Using EMT to provide a general framework to quantify the network and transformed it into a nonlinear dynamic system, there are three states underlying the T cell survival endogenous molecular network (TEMT) being found–state A, B and C; B is a saddle point and the network dynamics constructed by introducing stochastic fluctuation. ) [23]. The presumed roles of Clec7a, Clec12a and Clec11a been verified while the predicted expression trends of EGF, IKK, AKT, ASK, and cFLIP (A–B–C) all in good agreement with experiment data (day 2–day 4–d 7) (Fig. 6a,b).
Above all, the COVID–19’s nuclear acids sequence or the spike protein amino acid sequence has much closer relationship with SARS–Cov than with any other species included in this analysis. Using the spike protein of SARS–Cov, to do molecular docking, finds out C–type lectin may inhibit the interaction between ACE2 and spike protein.
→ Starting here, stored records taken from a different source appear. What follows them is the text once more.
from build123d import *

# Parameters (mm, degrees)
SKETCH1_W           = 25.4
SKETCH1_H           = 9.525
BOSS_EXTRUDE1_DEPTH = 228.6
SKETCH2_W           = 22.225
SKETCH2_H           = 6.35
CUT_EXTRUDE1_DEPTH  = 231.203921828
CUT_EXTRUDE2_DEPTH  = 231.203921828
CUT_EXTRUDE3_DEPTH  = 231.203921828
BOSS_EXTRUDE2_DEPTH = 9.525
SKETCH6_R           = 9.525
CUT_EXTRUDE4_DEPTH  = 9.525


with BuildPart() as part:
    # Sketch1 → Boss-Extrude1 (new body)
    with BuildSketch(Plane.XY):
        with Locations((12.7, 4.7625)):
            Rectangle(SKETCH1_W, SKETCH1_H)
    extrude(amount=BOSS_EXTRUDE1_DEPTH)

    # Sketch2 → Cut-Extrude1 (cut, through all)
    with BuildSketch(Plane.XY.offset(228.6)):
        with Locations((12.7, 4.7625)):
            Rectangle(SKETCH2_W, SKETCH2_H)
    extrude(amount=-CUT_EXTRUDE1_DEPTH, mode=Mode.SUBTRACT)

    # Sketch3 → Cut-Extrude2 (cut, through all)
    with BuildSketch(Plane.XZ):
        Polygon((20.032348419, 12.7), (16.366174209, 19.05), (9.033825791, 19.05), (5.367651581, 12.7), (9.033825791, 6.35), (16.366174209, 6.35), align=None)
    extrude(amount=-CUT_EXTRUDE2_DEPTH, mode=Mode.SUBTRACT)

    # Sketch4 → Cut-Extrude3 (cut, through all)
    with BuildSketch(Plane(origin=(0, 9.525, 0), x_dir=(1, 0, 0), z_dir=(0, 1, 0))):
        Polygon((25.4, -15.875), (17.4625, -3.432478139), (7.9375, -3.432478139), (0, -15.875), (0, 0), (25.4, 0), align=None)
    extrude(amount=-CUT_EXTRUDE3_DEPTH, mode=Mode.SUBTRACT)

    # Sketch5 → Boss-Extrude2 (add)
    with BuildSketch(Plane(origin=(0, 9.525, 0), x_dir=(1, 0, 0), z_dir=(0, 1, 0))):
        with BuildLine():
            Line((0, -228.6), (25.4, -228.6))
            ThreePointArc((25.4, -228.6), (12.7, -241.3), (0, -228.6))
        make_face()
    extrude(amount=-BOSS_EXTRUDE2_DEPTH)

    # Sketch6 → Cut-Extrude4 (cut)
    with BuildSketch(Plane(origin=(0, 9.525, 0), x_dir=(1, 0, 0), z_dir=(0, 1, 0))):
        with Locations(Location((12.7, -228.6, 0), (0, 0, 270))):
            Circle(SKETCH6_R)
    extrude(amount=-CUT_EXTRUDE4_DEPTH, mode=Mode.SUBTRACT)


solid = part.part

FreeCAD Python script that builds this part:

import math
import FreeCAD as App
import Part
import Sketcher

V = App.Vector
Q = App.Units.Quantity

doc = App.newDocument("Part")
body = doc.addObject("PartDesign::Body", "Body")

sketch1 = body.newObject("Sketcher::SketchObject", "Sketch")
sketch1.AttachmentSupport = (doc.getObject("XY_Plane"), [""])
sketch1.MapMode = "FlatFace"
sketch1.addGeometry(Part.LineSegment(V(0, 10, 0), V(0, 0, 0)), False)
sketch1.addGeometry(Part.LineSegment(V(0, 0, 0), V(25, 0, 0)), False)
sketch1.addGeometry(Part.LineSegment(V(25, 0, 0), V(25, 10, 0)), False)
sketch1.addGeometry(Part.LineSegment(V(25, 10, 0), V(0, 10, 0)), False)
sketch1.addConstraint(Sketcher.Constraint("Coincident", 0, 2, 1, 1))
sketch1.addConstraint(Sketcher.Constraint("Coincident", 1, 2, 2, 1))
sketch1.addConstraint(Sketcher.Constraint("Coincident", 2, 2, 3, 1))
sketch1.addConstraint(Sketcher.Constraint("Coincident", 3, 2, 0, 1))
sketch1.addConstraint(Sketcher.Constraint("Vertical", 0))
sketch1.addConstraint(Sketcher.Constraint("Horizontal", 1))
sketch1.addConstraint(Sketcher.Constraint("Vertical", 2))
sketch1.addConstraint(Sketcher.Constraint("Horizontal", 3))
sketch1.addConstraint(Sketcher.Constraint("Coincident", 0, 2, -1, 1))
sketch1.addConstraint(Sketcher.Constraint("DistanceX", 1, 1, 1, 2, Q("1 in")))
sketch1.addConstraint(Sketcher.Constraint("DistanceY", 0, 2, 0, 1, Q("0.375 in")))
pad1 = body.newObject("PartDesign::Pad", "Pad")
pad1.Profile = sketch1
pad1.Length = Q("9 in")

sketch2 = body.newObject("Sketcher::SketchObject", "Sketch001")
sketch2.AttachmentSupport = (doc.getObject("XY_Plane"), [""])
sketch2.MapMode = "FlatFace"
sketch2.AttachmentOffset = App.Placement(V(0, 0, 9 * 25.4), App.Rotation())
sketch2.addGeometry(Part.LineSegment(V(2, 8, 0), V(2, 2, 0)), False)
sketch2.addGeometry(Part.LineSegment(V(2, 2, 0), V(24, 2, 0)), False)
sketch2.addGeometry(Part.LineSegment(V(24, 2, 0), V(24, 8, 0)), False)
sketch2.addGeometry(Part.LineSegment(V(24, 8, 0), V(2, 8, 0)), False)
sketch2.addConstraint(Sketcher.Constraint("Coincident", 0, 2, 1, 1))
sketch2.addConstraint(Sketcher.Constraint("Coincident", 1, 2, 2, 1))
sketch2.addConstraint(Sketcher.Constraint("Coincident", 2, 2, 3, 1))
sketch2.addConstraint(Sketcher.Constraint("Coincident", 3, 2, 0, 1))
sketch2.addConstraint(Sketcher.Constraint("Vertical", 0))
sketch2.addConstraint(Sketcher.Constraint("Horizontal", 1))
sketch2.addConstraint(Sketcher.Constraint("Vertical", 2))
sketch2.addConstraint(Sketcher.Constraint("Horizontal", 3))
sketch2.addConstraint(Sketcher.Constraint("DistanceY", 0, 2, 0, 1, Q("0.25 in")))
sketch2.addConstraint(Sketcher.Constraint("DistanceX", 1, 1, 1, 2, Q("0.875 in")))
sketch2.addConstraint(Sketcher.Constraint("DistanceX", -1, 1, 0, 2, Q("0.0625 in")))
sketch2.addConstraint(Sketcher.Constraint("DistanceY", -1, 1, 0, 2, Q("0.0625 in")))
pocket1 = body.newObject("PartDesign::Pocket", "Pocket")
pocket1.Profile = sketch2
pocket1.Type = "ThroughAll"

sketch3 = body.newObject("Sketcher::SketchObject", "Sketch002")
sketch3.AttachmentSupport = (doc.getObject("XZ_Plane"), [""])
sketch3.MapMode = "FlatFace"
sketch3.addGeometry(Part.LineSegment(V(20, 13, 0), V(16, 19, 0)), False)
sketch3.addGeometry(Part.LineSegment(V(16, 19, 0), V(9, 19, 0)), False)
sketch3.addGeometry(Part.LineSegment(V(9, 19, 0), V(5, 13, 0)), False)
sketch3.addGeometry(Part.LineSegment(V(5, 13, 0), V(9, 6, 0)), False)
sketch3.addGeometry(Part.LineSegment(V(9, 6, 0), V(16, 6, 0)), False)
sketch3.addGeometry(Part.LineSegment(V(16, 6, 0), V(20, 13, 0)), False)
sketch3.addConstraint(Sketcher.Constraint("Coincident", 0, 2, 1, 1))
sketch3.addConstraint(Sketcher.Constraint("Coincident", 1, 2, 2, 1))
sketch3.addConstraint(Sketcher.Constraint("Coincident", 2, 2, 3, 1))
sketch3.addConstraint(Sketcher.Constraint("Coincident", 3, 2, 4, 1))
sketch3.addConstraint(Sketcher.Constraint("Coincident", 4, 2, 5, 1))
sketch3.addConstraint(Sketcher.Constraint("Coincident", 5, 2, 0, 1))
sketch3.addConstraint(Sketcher.Constraint("Horizontal", 1))
sketch3.addConstraint(Sketcher.Constraint("Horizontal", 4))
sketch3.addConstraint(Sketcher.Constraint("Parallel", 0, 3))
sketch3.addConstraint(Sketcher.Constraint("Parallel", 2, 5))
sketch3.addConstraint(Sketcher.Constraint("Horizontal", 2, 2, 5, 2))
sketch3.addConstraint(Sketcher.Constraint("Vertical", 1, 2, 3, 2))
sketch3.addConstraint(Sketcher.Constraint("Vertical", 0, 2, 4, 2))
sketch3.addConstraint(Sketcher.Constraint("Angle", 0, Q("120 deg")))
sketch3.addConstraint(Sketcher.Constraint("DistanceY", -1, 1, 2, 2, Q("0.5 in")))
sketch3.addConstraint(Sketcher.Constraint("DistanceY", 3, 2, 1, 2, Q("0.5 in")))
sketch3.addConstraint(Sketcher.Constraint("DistanceX", 1, 2, 1, 1, 7.332348))
sketch3.addConstraint(Sketcher.Constraint("DistanceX", -1, 1, 2, 2, 5.367652))
pocket2 = body.newObject("PartDesign::Pocket", "Pocket001")
pocket2.Profile = sketch3
pocket2.Type = "ThroughAll"

sketch4 = body.newObject("Sketcher::SketchObject", "Sketch003")
sketch4.AttachmentSupport = (doc.getObject("XZ_Plane"), [""])
sketch4.MapMode = "FlatFace"
sketch4.AttachmentOffset = App.Placement(V(0, 0, -0.375 * 25.4), App.Rotation())
sketch4.addGeometry(Part.LineSegment(V(17, 3, 0), V(25, 16, 0)), False)
sketch4.addGeometry(Part.LineSegment(V(25, 16, 0), V(25, 0, 0)), False)
sketch4.addGeometry(Part.LineSegment(V(25, 0, 0), V(0, 0, 0)), False)
sketch4.addGeometry(Part.LineSegment(V(0, 0, 0), V(0, 16, 0)), False)
sketch4.addGeometry(Part.LineSegment(V(0, 16, 0), V(8, 3, 0)), False)
sketch4.addGeometry(Part.LineSegment(V(8, 3, 0), V(17, 3, 0)), False)
sketch4.addConstraint(Sketcher.Constraint("Coincident", 0, 2, 1, 1))
sketch4.addConstraint(Sketcher.Constraint("Coincident", 1, 2, 2, 1))
sketch4.addConstraint(Sketcher.Constraint("Coincident", 2, 2, 3, 1))
sketch4.addConstraint(Sketcher.Constraint("Coincident", 3, 2, 4, 1))
sketch4.addConstraint(Sketcher.Constraint("Coincident", 4, 2, 5, 1))
sketch4.addConstraint(Sketcher.Constraint("Coincident", 5, 2, 0, 1))
sketch4.addConstraint(Sketcher.Constraint("Vertical", 1))
sketch4.addConstraint(Sketcher.Constraint("Horizontal", 2))
sketch4.addConstraint(Sketcher.Constraint("Vertical", 3))
sketch4.addConstraint(Sketcher.Constraint("Horizontal", 5))
sketch4.addConstraint(Sketcher.Constraint("Coincident", 2, 2, -1, 1))
sketch4.addConstraint(Sketcher.Constraint("Horizontal", 0, 2, 3, 2))
sketch4.addConstraint(Sketcher.Constraint("Equal", 0, 4))
sketch4.addConstraint(Sketcher.Constraint("DistanceX", 2, 2, 2, 1, Q("1 in")))
sketch4.addConstraint(Sketcher.Constraint("DistanceX", 5, 1, 5, 2, Q("0.375 in")))
sketch4.addConstraint(Sketcher.Constraint("DistanceY", 1, 2, 1, 1, Q("0.625 in")))
sketch4.addConstraint(Sketcher.Constraint("DistanceY", -1, 1, 4, 2, 3.432478))
pocket3 = body.newObject("PartDesign::Pocket", "Pocket002")
pocket3.Profile = sketch4
pocket3.Type = "ThroughAll"
pocket3.Reversed = True

sketch5 = body.newObject("Sketcher::SketchObject", "Sketch004")
sketch5.AttachmentSupport = (doc.getObject("XZ_Plane"), [""])
sketch5.MapMode = "FlatFace"
sketch5.AttachmentOffset = App.Placement(V(0, 0, -0.375 * 25.4), App.Rotation())
sketch5.addGeometry(Part.LineSegment(V(25, 229, 0), V(0, 229, 0)), False)
sketch5.addGeometry(Part.ArcOfCircle(Part.Circle(V(13, 229, 0), V(0, 0, 1), 13), math.radians(0), math.radians(180)), False)
sketch5.addConstraint(Sketcher.Constraint("Coincident", 0, 1, 1, 1))
sketch5.addConstraint(Sketcher.Constraint("Coincident", 1, 2, 0, 2))
sketch5.addConstraint(Sketcher.Constraint("Horizontal", 0))
sketch5.addConstraint(Sketcher.Constraint("PointOnObject", 1, 2, -2))
sketch5.addConstraint(Sketcher.Constraint("Horizontal", 1, 3, 0, 1))
sketch5.addConstraint(Sketcher.Constraint("Radius", 1, Q("0.5 in")))
sketch5.addConstraint(Sketcher.Constraint("DistanceY", -1, 1, 1, 3, Q("9 in")))
pad2 = body.newObject("PartDesign::Pad", "Pad001")
pad2.Profile = sketch5
pad2.Length = Q("0.375 in")

sketch6 = body.newObject("Sketcher::SketchObject", "Sketch005")
sketch6.AttachmentSupport = (doc.getObject("XZ_Plane"), [""])
sketch6.MapMode = "FlatFace"
sketch6.AttachmentOffset = App.Placement(V(0, 0, -0.375 * 25.4), App.Rotation())
sketch6.addGeometry(Part.Circle(V(13, 229, 0), V(0, 0, 1), 10), False)
sketch6.addConstraint(Sketcher.Constraint("Diameter", 0, Q("0.75 in")))
sketch6.addConstraint(Sketcher.Constraint("DistanceY", -1, 1, 0, 3, Q("9 in")))
sketch6.addConstraint(Sketcher.Constraint("DistanceX", -1, 1, 0, 3, Q("0.5 in")))
pocket4 = body.newObject("PartDesign::Pocket", "Pocket003")
pocket4.Profile = sketch6
pocket4.Length = Q("0.375 in")
pocket4.Reversed = True

doc.recompute()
The expression profile of C–type lectin family changes significantly during infection and the correlation between C–type lectin, Tnf, NF–kippa B and some CD markers meets the logic of C–type lectin activate immunological mechanism to against virus–the activation of NF–kippa B and TNF are important to the host immune response during infection [20]; the activation of NF–kippa B signaling can alleviate SARS pathological characterization [20, 24]; C–type lectin can activate NF–kippa B signaling [20, 25, 26]; NF–kippa B and TNF have an indirect regulatory relationship after coronavirus infection [20, 27]–indicating C–type lectin and related immune cells shall be the potential therapeutic target of SARI. We also inferring C–type lectin–dependent T cell network and the modeling results being verified by experiment data.
Studies have shown that macrophage–derived C–type lectin can recognize TDM(trehalose 6,6'–dimycolate) and activate NF–kippa B signaling [20, 25, 27]. TDM is a surface antigen of bacteria such as mycobacterium, which can be recognized by C–type lectin and induce the immune response of macrophages [28, 29]. TDM also can induce pneumonia and activate the immune function of Th cells [30, 31]. So it also meets logic to try the TDM–aqueous solution as antigen adjuvant to activate the adaptable immunology of organ to against COVID–19 [26, 31, 32]. This prediction has been testified to some extent by other studies such as: CELC4d (PD id = 3whd) can activate NF–kippa B dependenting CARD9/Bcl10/Malt1 for TDM–induced Mincle expression and activating NF–kippa B signaling can alleviate SARS pathological characterization [20, 24, 26], whose expression rate positively correlates with NF–kippa B and interacting with spike protein to inhabit Spike–ACE2 complex formation which we has illustrated above. We also notice that CD209 is highly expressed in day seven and one of its role is facilitating SARS–Cov spike protein–bearing pseudotype driven infection of permissive cells in vitro, but SARS patients with CD209 does not show significant chance of having poorer prognosis (60% is not a persuasive data ) [33], which claims for further elucidating the function of corresponding cells during virus infection.
Meanwhile, to alleviate symptoms of SARI, we suppose some drugs that are effective in treating TDM–induced pneumonia considering the antigen structure similarity:radix sophorae [34]; lactoferrin [35]. Also, drugs that increase the number of immune cells and activate cytokines such as TNF and IL6, shall be taken into consideration: Astragalus membranaceus [36–39].